The present Jamaica station of the Long Island Rail Road was completed in 1913, and the BMT Jamaica Line arrived in 1918, followed by the IND Queens Boulevard Line in 1936 and the IND/BMT Archer Avenue lines in 1988, the latter of which replaced the eastern portion of the Jamaica Line that was torn down in 1977–85. The 1920s and 1930s saw the building of the Valencia Theatre (now restored by the Tabernacle of Prayer), the "futuristic" Kurtz furniture store, and the Roxanne Building. In the 1970s, it became the headquarters for the Islamic Society of North America. King Kullen opened in 1930, the first self-service supermarket in the country.

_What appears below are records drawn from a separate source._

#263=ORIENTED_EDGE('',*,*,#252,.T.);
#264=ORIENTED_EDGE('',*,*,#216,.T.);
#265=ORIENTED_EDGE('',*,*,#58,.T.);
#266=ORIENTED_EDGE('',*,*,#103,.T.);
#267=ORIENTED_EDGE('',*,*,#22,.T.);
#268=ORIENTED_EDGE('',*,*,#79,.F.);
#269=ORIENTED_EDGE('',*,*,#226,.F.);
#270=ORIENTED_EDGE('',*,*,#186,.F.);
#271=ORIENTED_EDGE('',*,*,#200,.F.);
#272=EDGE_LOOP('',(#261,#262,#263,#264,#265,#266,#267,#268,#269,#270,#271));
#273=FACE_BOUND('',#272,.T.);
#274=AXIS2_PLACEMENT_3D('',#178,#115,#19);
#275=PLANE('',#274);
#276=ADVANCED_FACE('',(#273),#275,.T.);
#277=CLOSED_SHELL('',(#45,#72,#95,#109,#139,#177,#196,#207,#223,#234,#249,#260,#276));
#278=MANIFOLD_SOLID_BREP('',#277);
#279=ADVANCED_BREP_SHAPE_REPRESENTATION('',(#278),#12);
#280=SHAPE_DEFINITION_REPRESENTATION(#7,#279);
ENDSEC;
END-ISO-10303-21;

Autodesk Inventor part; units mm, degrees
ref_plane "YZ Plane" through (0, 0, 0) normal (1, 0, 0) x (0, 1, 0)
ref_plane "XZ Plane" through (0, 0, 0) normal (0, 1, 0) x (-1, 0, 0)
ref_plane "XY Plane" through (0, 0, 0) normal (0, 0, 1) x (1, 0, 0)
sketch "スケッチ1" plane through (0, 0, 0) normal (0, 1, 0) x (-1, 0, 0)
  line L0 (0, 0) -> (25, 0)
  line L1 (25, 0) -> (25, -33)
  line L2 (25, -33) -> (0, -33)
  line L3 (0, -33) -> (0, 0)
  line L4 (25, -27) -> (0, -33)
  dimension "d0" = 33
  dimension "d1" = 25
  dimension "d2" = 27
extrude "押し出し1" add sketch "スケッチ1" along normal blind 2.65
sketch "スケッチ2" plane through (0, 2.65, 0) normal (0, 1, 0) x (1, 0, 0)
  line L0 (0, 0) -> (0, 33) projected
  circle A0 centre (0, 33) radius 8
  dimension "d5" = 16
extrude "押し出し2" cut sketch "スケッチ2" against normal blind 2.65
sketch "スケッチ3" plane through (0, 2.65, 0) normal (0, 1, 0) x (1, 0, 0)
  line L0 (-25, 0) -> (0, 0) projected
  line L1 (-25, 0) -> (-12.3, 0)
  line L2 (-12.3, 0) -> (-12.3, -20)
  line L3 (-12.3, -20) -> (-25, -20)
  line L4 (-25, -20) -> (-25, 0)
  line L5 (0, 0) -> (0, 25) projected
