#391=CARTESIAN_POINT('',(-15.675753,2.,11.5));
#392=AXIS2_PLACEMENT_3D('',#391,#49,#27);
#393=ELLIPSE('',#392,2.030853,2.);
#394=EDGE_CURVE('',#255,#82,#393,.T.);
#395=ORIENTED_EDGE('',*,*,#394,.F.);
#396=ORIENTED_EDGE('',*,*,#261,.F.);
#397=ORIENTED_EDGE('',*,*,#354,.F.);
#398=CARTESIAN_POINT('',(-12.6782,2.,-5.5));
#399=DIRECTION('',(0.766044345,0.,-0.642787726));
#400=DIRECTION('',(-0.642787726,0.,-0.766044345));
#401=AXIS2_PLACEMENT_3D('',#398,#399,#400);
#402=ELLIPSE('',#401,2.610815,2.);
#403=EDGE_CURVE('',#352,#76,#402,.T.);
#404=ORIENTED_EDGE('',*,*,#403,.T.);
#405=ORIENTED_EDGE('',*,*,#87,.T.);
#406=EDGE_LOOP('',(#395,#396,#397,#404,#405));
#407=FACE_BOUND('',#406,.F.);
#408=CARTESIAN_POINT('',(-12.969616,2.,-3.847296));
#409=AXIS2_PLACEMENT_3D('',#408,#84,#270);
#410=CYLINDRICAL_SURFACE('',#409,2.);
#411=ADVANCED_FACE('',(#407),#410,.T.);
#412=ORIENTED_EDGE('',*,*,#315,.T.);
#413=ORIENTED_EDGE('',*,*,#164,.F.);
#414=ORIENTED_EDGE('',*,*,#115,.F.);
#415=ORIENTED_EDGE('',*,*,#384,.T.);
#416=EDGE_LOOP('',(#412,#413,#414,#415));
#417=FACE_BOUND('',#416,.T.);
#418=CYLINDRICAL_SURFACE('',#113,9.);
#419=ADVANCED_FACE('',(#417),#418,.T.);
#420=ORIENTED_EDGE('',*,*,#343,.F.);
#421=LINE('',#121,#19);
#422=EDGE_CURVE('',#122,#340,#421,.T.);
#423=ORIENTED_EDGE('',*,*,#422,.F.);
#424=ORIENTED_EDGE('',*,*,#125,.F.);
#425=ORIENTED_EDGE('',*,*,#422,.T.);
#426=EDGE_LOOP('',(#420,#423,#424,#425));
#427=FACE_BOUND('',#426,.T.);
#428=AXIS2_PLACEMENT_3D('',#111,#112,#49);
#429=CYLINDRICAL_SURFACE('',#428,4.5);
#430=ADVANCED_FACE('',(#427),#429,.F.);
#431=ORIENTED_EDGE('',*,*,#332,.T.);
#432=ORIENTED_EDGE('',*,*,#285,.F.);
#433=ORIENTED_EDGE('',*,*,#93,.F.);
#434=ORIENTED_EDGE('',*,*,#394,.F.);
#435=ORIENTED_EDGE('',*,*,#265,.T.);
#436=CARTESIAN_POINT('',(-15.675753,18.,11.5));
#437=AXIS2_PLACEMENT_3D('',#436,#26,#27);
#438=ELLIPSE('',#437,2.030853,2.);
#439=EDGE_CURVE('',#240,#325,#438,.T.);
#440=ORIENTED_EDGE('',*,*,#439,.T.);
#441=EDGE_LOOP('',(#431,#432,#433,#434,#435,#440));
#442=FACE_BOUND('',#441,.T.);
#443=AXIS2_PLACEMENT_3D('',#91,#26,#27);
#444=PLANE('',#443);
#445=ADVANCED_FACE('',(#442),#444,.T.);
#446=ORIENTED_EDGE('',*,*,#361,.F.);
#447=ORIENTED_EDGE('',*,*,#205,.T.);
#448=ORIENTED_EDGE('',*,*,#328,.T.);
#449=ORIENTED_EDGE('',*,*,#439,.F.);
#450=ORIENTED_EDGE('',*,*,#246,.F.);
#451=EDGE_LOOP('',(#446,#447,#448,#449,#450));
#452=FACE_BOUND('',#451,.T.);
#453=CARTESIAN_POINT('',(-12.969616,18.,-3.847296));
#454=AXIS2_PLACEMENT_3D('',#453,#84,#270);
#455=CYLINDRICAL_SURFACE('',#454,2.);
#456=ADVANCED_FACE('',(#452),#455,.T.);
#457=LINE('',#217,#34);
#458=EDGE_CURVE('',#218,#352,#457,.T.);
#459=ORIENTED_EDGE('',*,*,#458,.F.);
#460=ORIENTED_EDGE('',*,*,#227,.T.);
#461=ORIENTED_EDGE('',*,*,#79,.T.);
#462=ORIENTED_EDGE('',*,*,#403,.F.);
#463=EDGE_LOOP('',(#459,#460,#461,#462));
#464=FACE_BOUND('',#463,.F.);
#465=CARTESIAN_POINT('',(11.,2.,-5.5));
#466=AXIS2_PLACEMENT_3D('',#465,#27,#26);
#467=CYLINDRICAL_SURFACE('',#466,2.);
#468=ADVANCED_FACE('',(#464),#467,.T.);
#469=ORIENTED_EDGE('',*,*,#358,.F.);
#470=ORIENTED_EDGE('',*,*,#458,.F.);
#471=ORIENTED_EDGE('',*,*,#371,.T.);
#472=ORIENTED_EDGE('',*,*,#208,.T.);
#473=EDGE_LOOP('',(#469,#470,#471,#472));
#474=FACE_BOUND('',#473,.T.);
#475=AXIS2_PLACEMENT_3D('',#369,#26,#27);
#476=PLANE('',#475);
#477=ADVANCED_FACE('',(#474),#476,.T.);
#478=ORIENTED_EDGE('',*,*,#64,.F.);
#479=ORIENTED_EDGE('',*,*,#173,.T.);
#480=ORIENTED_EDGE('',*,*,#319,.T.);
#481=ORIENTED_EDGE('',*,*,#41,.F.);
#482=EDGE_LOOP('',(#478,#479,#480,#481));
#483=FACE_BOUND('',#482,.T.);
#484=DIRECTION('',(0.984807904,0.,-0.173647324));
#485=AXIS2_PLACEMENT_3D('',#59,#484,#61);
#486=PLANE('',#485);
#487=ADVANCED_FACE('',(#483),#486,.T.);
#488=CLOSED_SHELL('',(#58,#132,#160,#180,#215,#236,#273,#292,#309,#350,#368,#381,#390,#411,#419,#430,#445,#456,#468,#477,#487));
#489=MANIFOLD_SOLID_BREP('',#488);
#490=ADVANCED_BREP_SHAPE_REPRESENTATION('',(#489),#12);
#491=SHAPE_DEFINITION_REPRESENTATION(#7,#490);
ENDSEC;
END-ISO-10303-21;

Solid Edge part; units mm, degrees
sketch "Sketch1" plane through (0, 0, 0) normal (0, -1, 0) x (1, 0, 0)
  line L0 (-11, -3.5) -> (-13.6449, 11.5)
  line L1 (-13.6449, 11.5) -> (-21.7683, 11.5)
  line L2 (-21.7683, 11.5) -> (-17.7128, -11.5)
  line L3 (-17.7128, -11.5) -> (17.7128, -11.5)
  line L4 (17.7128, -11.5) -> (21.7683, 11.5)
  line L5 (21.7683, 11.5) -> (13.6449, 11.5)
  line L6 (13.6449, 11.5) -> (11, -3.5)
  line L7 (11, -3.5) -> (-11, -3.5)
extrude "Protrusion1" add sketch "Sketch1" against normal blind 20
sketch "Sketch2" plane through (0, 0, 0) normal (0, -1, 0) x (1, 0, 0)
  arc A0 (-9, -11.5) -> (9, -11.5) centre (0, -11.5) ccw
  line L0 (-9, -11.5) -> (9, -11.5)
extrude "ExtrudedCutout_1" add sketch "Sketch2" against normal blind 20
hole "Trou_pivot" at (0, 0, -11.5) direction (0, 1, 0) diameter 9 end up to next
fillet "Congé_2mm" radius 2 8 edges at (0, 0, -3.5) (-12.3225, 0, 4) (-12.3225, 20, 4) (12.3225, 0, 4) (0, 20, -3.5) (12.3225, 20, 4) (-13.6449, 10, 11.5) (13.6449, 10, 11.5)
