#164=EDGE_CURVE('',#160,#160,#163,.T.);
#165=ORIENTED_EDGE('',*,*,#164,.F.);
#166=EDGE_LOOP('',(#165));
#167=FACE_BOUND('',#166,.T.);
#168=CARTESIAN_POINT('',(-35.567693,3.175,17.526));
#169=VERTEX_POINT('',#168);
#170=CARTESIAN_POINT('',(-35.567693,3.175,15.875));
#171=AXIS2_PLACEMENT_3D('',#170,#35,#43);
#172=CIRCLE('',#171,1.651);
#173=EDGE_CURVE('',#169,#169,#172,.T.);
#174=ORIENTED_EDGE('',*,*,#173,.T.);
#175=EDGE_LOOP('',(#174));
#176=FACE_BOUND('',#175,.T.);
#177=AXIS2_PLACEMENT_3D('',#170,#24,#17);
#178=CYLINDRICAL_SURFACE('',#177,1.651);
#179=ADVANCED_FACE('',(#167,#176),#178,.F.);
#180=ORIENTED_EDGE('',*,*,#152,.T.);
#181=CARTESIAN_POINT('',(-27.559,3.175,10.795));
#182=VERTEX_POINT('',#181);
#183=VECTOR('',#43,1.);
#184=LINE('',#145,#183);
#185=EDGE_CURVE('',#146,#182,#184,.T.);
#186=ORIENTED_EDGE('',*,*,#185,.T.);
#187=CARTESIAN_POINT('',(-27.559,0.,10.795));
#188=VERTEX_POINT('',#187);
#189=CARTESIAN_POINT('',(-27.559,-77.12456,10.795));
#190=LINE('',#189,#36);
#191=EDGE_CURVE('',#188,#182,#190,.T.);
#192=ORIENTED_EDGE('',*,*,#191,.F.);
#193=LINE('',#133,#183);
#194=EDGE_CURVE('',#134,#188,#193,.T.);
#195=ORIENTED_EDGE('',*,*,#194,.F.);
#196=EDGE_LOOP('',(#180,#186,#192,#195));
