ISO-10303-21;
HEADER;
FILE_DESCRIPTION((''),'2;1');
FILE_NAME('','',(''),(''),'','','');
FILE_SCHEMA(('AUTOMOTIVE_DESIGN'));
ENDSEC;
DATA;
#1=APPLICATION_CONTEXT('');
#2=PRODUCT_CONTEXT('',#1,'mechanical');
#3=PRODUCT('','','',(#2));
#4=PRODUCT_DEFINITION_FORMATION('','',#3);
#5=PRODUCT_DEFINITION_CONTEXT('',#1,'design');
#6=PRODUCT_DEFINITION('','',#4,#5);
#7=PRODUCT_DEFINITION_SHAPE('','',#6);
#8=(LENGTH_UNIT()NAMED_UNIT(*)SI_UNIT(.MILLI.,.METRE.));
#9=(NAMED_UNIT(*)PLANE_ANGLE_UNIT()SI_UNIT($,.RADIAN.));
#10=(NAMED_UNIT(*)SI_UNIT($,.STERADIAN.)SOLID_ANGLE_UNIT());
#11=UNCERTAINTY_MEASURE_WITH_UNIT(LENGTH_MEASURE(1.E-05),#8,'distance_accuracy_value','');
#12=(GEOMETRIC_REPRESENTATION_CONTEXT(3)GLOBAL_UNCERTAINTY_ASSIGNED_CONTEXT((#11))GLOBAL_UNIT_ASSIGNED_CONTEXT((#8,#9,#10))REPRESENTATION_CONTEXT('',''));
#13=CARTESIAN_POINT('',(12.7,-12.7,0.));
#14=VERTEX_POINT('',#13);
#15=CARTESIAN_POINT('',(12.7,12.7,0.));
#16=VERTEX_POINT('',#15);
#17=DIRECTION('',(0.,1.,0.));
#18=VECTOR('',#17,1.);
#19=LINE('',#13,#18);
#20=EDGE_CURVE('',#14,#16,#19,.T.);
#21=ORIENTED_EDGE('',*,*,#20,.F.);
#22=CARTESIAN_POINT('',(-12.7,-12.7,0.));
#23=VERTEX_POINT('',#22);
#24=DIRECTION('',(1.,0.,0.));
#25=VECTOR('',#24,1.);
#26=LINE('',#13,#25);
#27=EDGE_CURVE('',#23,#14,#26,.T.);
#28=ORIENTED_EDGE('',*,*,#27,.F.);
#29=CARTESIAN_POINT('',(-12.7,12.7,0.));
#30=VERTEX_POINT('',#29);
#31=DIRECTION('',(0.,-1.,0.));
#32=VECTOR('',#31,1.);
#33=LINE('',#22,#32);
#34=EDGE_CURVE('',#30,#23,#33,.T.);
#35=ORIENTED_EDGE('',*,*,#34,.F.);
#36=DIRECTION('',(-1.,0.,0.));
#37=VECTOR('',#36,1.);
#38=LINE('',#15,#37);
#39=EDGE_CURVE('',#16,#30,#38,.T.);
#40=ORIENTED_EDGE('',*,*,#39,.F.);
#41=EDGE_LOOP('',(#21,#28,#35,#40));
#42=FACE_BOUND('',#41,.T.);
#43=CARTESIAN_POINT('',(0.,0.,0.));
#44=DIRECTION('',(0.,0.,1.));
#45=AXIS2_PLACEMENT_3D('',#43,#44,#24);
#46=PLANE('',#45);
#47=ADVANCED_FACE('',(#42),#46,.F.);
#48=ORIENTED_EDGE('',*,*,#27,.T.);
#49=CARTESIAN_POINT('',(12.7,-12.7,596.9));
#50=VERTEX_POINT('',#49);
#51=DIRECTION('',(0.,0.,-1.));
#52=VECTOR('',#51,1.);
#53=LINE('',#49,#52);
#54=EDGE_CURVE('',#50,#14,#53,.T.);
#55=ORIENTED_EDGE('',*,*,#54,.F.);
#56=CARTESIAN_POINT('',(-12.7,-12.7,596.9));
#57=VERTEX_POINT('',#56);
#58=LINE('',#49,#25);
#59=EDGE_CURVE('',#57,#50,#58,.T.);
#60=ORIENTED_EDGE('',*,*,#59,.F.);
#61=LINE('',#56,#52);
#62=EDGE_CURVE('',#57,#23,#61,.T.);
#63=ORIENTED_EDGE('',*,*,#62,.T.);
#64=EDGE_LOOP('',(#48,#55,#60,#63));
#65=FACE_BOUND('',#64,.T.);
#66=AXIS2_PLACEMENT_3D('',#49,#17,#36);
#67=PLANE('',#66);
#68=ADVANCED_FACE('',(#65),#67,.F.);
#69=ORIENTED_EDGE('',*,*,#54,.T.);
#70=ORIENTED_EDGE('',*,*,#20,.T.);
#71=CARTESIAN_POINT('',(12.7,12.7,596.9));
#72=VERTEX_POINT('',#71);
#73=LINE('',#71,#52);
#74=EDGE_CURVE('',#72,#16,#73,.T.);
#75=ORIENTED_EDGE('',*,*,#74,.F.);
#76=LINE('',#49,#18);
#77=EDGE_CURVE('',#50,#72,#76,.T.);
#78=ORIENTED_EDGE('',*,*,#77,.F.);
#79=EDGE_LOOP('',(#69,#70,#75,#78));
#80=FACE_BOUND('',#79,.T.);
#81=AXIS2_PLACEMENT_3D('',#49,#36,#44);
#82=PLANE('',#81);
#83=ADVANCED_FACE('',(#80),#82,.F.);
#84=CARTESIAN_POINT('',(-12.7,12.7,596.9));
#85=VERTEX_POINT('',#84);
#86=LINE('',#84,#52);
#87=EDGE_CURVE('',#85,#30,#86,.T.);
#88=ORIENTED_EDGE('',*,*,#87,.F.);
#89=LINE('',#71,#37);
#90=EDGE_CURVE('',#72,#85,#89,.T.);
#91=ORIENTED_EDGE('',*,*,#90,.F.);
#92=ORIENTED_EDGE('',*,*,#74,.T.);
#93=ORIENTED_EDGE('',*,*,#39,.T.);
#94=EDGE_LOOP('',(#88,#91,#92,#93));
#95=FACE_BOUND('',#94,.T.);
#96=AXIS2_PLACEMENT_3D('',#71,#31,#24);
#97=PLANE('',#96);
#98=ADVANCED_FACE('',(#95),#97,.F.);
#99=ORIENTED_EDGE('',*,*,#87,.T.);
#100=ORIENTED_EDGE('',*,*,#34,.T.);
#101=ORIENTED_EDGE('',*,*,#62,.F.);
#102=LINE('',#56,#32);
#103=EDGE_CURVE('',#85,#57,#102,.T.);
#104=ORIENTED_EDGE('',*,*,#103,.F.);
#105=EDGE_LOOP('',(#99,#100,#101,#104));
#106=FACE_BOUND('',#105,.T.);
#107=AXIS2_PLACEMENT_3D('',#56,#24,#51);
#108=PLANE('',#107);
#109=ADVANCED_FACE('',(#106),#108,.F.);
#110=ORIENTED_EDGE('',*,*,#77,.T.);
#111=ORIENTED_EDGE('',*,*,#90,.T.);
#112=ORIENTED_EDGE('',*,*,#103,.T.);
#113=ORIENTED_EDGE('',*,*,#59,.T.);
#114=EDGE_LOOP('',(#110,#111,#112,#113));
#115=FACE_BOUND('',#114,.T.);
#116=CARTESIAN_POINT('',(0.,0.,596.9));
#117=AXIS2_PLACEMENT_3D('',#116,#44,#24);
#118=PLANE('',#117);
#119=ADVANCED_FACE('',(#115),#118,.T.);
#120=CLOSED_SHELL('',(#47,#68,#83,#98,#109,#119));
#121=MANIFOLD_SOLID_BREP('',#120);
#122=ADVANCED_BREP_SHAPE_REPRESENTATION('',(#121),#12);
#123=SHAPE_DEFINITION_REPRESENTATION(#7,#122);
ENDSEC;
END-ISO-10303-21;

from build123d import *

# Parameters (mm, degrees)
SKETCH1_W           = 25.4
SKETCH1_H           = 25.4
BOSS_EXTRUDE1_DEPTH = 596.9


with BuildPart() as part:
    # Sketch1 → Boss-Extrude1 (new body)
    with BuildSketch(Plane.XY):
        Rectangle(SKETCH1_W, SKETCH1_H)
    extrude(amount=BOSS_EXTRUDE1_DEPTH)


solid = part.part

Foreclosures and the high level of unemployment of the 2000s and early 2010s induced many black people to move from Jamaica to the South, as part of the New Great Migration. On October 23, 2014, the neighborhood was the site of a terrorist hatchet attack on two New York City Police Department officers; the police later killed the attacker.

The First Reformed Church, Grace Episcopal Church Complex, Jamaica Chamber of Commerce Building, Jamaica Savings Bank, King Manor, J. Kurtz and Sons Store Building, La Casina, Office of the Register, Prospect Cemetery, St. Monica's Church, Sidewalk Clock at 161-11 Jamaica Avenue, New York, NY, Trans World Airlines Flight Center, and United States Post Office are listed on the National Register of Historic Places.

== Demographics ==

Based on data from the 2020 United States census, the population of Jamaica was 60,993 an increase of 7,110 (13.2%) from the 53,751 counted in 2010. Covering an area of 1084.85 acres, the neighborhood had a population density of 56.2 PD/acre.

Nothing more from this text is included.